Она была не в себе, и я выключил радио. Не знаю, радиопередача ли спровоцировала у нее помрачение рассудка, или, наоборот, в этой реакции проявлялась болезнь, но страх был здесь главным детонатором взрыва. И впоследствии в своей догадке я оттолкнулся от этого случая. Действительно, фамилии, которые тогда назывались по радио, страна почитала более двух десятков лет – с тех пор, как Сталин уничтожил ближайших сподвижников Ленина и подобрал вместо них нужных себе приверженцев. То были вожди, жрецы, герои, как они вдолбились в сознание миллионов людей своими вездесущими портретами, речами, ежедневным упоминанием в газетах и по радио, даже постоянным присутствием в быту, ибо их имена повсеместно носили заводы, улицы, города, колхозы, клубы… И вот эти «верные соратники» подвергались публичному бичеванию. Клеймили их, выступивших против Хрущева, как «антипартийную группу», и тем самым народу указывалось, что партию ныне олицетворяет Никита Сергеевич Хрущев. А чтобы окончательно дискредитировать его противников, вскрывали их причастность к массовым репрессиям в «период культа личности», хотя к этому же был причастен и Хрущев. Но мать не вникала в хитросплетения борьбы за власть. Она боялась самих гневных кампаний, которые при этой большевистской власти всегда предшествовали массовым репрессиям. Боялась всяких изменений, ибо они грозили новой, неизвестной и еще большей опасностью. Таков был ее многолетний опыт. На ее глазах полоса за полосой, прокос за прокосом проводились репрессии: людей преследовали то по классовому признаку – от бывших дворян до крестьян, объявленных «кулаками»; то по признаку профессиональному – от дореволюционных инженеров и прочих «спецов» до советских железнодорожников, шахтеров, военных и иных «отраслевиков», в среде которых вскрывались гнезда «врагов народа»; то по партийной принадлежности – от членов всех небольшевистских партий, существовавших при проклятом царизме, до самих большевиков, сначала троцкистов, потом зиновьевцев-каменевцев, разоблачавших вместе со Сталиным троцкистов, затем бухаринцев-рыковцев, выступавших вместе со Сталиным против зиновьевцев-каменевцев… Всеохватный заряд насилия, ненависти, энтузиазма, порожденный большевиками в октябре 1917 года, продолжал электризовать целый народ. Воистину, выходило по-ленински: строящийся у нас коммунизм был советская власть плюс электризация всей страны…

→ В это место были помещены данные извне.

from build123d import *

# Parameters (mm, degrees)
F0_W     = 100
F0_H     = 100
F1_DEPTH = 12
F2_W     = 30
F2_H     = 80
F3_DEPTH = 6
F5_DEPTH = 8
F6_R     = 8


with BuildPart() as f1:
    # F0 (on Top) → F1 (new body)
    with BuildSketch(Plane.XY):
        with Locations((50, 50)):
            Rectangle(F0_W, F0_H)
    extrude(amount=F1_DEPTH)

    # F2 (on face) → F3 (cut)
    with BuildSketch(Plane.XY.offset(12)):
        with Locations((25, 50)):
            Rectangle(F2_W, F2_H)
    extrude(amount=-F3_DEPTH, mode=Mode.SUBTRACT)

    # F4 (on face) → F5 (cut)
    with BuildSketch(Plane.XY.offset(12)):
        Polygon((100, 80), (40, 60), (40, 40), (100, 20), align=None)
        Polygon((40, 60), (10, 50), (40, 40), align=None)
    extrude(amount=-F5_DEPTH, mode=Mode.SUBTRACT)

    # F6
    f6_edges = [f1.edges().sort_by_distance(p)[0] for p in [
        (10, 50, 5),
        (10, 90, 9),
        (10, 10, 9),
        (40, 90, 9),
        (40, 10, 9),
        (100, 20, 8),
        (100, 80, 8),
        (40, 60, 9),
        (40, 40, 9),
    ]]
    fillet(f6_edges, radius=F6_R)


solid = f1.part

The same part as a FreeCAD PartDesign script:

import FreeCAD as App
import Part
import Sketcher

V = App.Vector


def edges_at(feature, points):
    """Names of the edges that pass closest to the given points."""
    edges = feature.Shape.Edges
    near = lambda p: min(range(len(edges)), key=lambda i: edges[i].distToShape(Part.Vertex(*p))[0])
    return sorted({f"Edge{near(p) + 1}" for p in points})

doc = App.newDocument("Part")
body = doc.addObject("PartDesign::Body", "Body")

# Sketch on XY plane
sketch1 = doc.addObject("Sketcher::SketchObject", "Sketch")
body.addObject(sketch1)
sketch1.AttachmentSupport = (doc.XY_Plane, [""])
sketch1.MapMode = "FlatFace"
sketch1.addGeometry([
    Part.LineSegment(V(0, 100, 0), V(0, 0, 0)),
    Part.LineSegment(V(0, 0, 0), V(100, 0, 0)),
    Part.LineSegment(V(100, 0, 0), V(100, 100, 0)),
    Part.LineSegment(V(100, 100, 0), V(0, 100, 0)),
], False)
sketch1.addConstraint([
    Sketcher.Constraint("Coincident", 0, 2, 1, 1),
    Sketcher.Constraint("Coincident", 1, 2, 2, 1),
    Sketcher.Constraint("Coincident", 2, 2, 3, 1),
    Sketcher.Constraint("Coincident", 3, 2, 0, 1),
    Sketcher.Constraint("Vertical", 0),
    Sketcher.Constraint("Horizontal", 1),
    Sketcher.Constraint("Vertical", 2),
    Sketcher.Constraint("Horizontal", 3),
    Sketcher.Constraint("Coincident", 0, 2, -1, 1),
    Sketcher.Constraint("Equal", 3, 0),
    Sketcher.Constraint("DistanceX", 1, 1, 1, 2, 100.0),
])
pad1 = doc.addObject("PartDesign::Pad", "Pad")
body.addObject(pad1)
pad1.Profile = sketch1
pad1.Length = 12

# Sketch on XY plane
sketch2 = doc.addObject("Sketcher::SketchObject", "Sketch001")
body.addObject(sketch2)
sketch2.AttachmentSupport = (doc.XY_Plane, [""])
sketch2.MapMode = "FlatFace"
sketch2.AttachmentOffset = App.Placement(V(0, 0, 12), App.Rotation())
sketch2.addGeometry([
    Part.LineSegment(V(10, 90, 0), V(10, 10, 0)),
    Part.LineSegment(V(10, 10, 0), V(40, 10, 0)),
    Part.LineSegment(V(40, 10, 0), V(40, 90, 0)),
    Part.LineSegment(V(40, 90, 0), V(10, 90, 0)),
], False)
sketch2.addConstraint([
    Sketcher.Constraint("Coincident", 0, 2, 1, 1),
    Sketcher.Constraint("Coincident", 1, 2, 2, 1),
    Sketcher.Constraint("Coincident", 2, 2, 3, 1),
    Sketcher.Constraint("Coincident", 3, 2, 0, 1),
    Sketcher.Constraint("Vertical", 0),
    Sketcher.Constraint("Horizontal", 1),
    Sketcher.Constraint("Vertical", 2),
    Sketcher.Constraint("Horizontal", 3),
    Sketcher.Constraint("DistanceX", 1, 1, 1, 2, 30.0),
    Sketcher.Constraint("DistanceY", 0, 2, 0, 1, 80.0),
    Sketcher.Constraint("DistanceX", -1, 1, 0, 2, 10.0),
    Sketcher.Constraint("DistanceY", -1, 1, 0, 2, 10.0),
])
pocket1 = doc.addObject("PartDesign::Pocket", "Pocket")
body.addObject(pocket1)
pocket1.Profile = sketch2
pocket1.Length = 6

# Sketch on XY plane
sketch3 = doc.addObject("Sketcher::SketchObject", "Sketch002")
body.addObject(sketch3)
sketch3.AttachmentSupport = (doc.XY_Plane, [""])
sketch3.MapMode = "FlatFace"
sketch3.AttachmentOffset = App.Placement(V(0, 0, 12), App.Rotation())
sketch3.addGeometry([
    Part.LineSegment(V(100, 80, 0), V(10, 50, 0)),
    Part.LineSegment(V(10, 50, 0), V(100, 20, 0)),
    Part.LineSegment(V(100, 20, 0), V(100, 80, 0)),
], False)
sketch3.addConstraint([
    Sketcher.Constraint("Coincident", 0, 2, 1, 1),
    Sketcher.Constraint("Coincident", 1, 2, 2, 1),
    Sketcher.Constraint("Coincident", 2, 2, 0, 1),
    Sketcher.Constraint("Vertical", 2),
    Sketcher.Constraint("Equal", 0, 1),
    Sketcher.Constraint("DistanceY", 2, 1, 2, 2, 60.0),
    Sketcher.Constraint("DistanceX", -1, 1, 0, 2, 10.0),
    Sketcher.Constraint("DistanceY", -1, 1, 0, 2, 50.0),
    Sketcher.Constraint("DistanceX", -1, 1, 1, 2, 100.0),
])
pocket2 = doc.addObject("PartDesign::Pocket", "Pocket001")
body.addObject(pocket2)
pocket2.Profile = sketch3
pocket2.Length = 8
doc.recompute()

fillet = doc.addObject("PartDesign::Fillet", "Fillet")
body.addObject(fillet)
fillet.Base = (pocket2, edges_at(pocket2, [
    (10, 50, 5),
    (10, 90, 9),
    (10, 10, 9),
    (40, 90, 9),
    (40, 10, 9),
    (100, 20, 8),
    (100, 80, 8),
    (40, 60, 9),
    (40, 40, 9),
]))
fillet.Radius = 8

doc.recompute()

А мать боялась за свою семью, за свой дом, пусть и в коммунальной советской квартире. Она боялась за отца, который не мог жить без шуток и острот, иронически относился к догмам, официальному ханжеству, славословию и одержимости, хранил в домашней библиотеке давно запрещенные и изъятые из обращения книги и книги с дарственными надписями своих арестованных друзей, находившихся в лагерях заключенных. Она боялась за меня, десятилетнего мальчика, в тот момент, когда репрессии достигали своего пика. Она боялась долгие годы. Все годы провозглашенной «диктатуры пролетариата» – поскольку ни она, ни отец не были «пролетарского происхождения». Но повседневные заботы, продолжающаяся жизнь, человеческое достоинство и, конечно, вера в идеалы Свободы, Равенства и Братства держали ее непрестанный страх, как и у многих других людей, в глубине души.

Теперь этот страх вошел в механизм ее болезни, вырвался из-под спуда. И, еще не понимая глубинные причины такого ее состояния, я сидел рядом с нею, моей мамой, в больнице, объятый нашим несчастьем.